Their daughter, my grandmother Yvonne, was born in Hull in 1897; she was nine when they moved to the Black Hills, and fourteen when they returned to Quebec. She became a chamber maid in a hotel in the Canadian capital city of Ottawa, where she met Johann, an Austrian immigrant working as a waiter. At seventeen, she followed him five hundred miles to the United States, marrying at the border in Detroit Michigan.

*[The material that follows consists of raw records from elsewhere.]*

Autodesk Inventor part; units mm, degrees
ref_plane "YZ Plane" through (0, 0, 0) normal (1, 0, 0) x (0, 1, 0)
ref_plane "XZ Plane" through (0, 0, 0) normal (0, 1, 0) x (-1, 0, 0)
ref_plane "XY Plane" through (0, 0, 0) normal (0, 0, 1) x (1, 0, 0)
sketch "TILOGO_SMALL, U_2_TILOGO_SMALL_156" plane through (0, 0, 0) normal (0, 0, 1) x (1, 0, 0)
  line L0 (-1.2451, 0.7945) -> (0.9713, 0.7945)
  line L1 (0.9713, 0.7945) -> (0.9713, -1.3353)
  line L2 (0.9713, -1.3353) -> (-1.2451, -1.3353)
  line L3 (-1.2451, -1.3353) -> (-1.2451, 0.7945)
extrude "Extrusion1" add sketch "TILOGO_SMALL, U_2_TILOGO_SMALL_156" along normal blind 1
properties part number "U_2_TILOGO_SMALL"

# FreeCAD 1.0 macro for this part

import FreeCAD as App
import Part
import Sketcher


def add_polygon(sketch, points):
    """Adds a closed chain of lines whose ends are joined by coincident constraints."""
    first, n = sketch.GeometryCount, len(points)
    for a, b in zip(points, points[1:] + points[:1]):
        sketch.addGeometry(Part.LineSegment(App.Vector(*a, 0), App.Vector(*b, 0)), False)
    for i in range(n):
        sketch.addConstraint(Sketcher.Constraint("Coincident", first + i, 2, first + (i + 1) % n, 1))

doc = App.newDocument("Part")
body = doc.addObject("PartDesign::Body", "Body")

# Sketch on XY plane
sketch1 = doc.addObject("Sketcher::SketchObject", "Sketch")
body.addObject(sketch1)
sketch1.AttachmentSupport = (doc.XY_Plane, [""])
sketch1.MapMode = "FlatFace"
add_polygon(sketch1, [(1, 0.8), (-1.2, 0.8), (-1.2, -1.3), (1, -1.3)])  # lines 0-3
sketch1.addConstraint([
    Sketcher.Constraint("Horizontal", 0),
    Sketcher.Constraint("Vertical", 1),
    Sketcher.Constraint("Horizontal", 2),
    Sketcher.Constraint("Vertical", 3),
    Sketcher.Constraint("DistanceX", 0, 2, 0, 1, 2.2164),
    Sketcher.Constraint("DistanceY", 1, 2, 1, 1, 2.1298),
    Sketcher.Constraint("DistanceX", 0, 2, -1, 1, 1.245),
    Sketcher.Constraint("DistanceY", -1, 1, 0, 2, 0.7945),
])
pad1 = doc.addObject("PartDesign::Pad", "Pad")
body.addObject(pad1)
pad1.Profile = sketch1
pad1.Length = 1

doc.recompute()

My mother tells me Yvonne and her sisters worried that someone might think they looked Indian. Did she fear prejudice learned in Quebec, or in South Dakota? In Detroit, she became fully assimilated into the white and English-speaking world. Most of the stories were lost, but she did tell my mother they were part-Indian, and my mom grew up feeling proud of that heritage. There were occasional visits to family in Canada. When my mother was a four years old, the news came of Claudia’s death at the age of seventy-three.

Claudia Tremblay

My great-grandmother, Claudia Tremblay, age/date unknown

My mother was not quite twenty-one when her mother, Yvonne, died. I was a baby then. I have a picture [below] of my grandmother holding me in her arms. When I ponder this story of my mothers and grandmothers, I am struck by how most of these women lost their mothers before, or just as they were entering, adulthood. None of them had a chance to be with their grandmothers. They each turned to the life and the culture of their husbands. And I am struck by the many miles each generation traveled away from the place in which they might have felt a sense of belonging to the land. My mother, too, followed her husband on his travels across the United States. I grew up during those travels and none of those places ever truly felt like home. I didn’t know any other way.

Grandmother Yvonne with Myke

My grandmother Yvonne holding me as a baby.

It has been a long and important process for me to reclaim these stories and reweave a connection to my grandmothers.

[This story first appeared in my book, Finding Our Way Home: A Spiritual Journey into Earth Community.]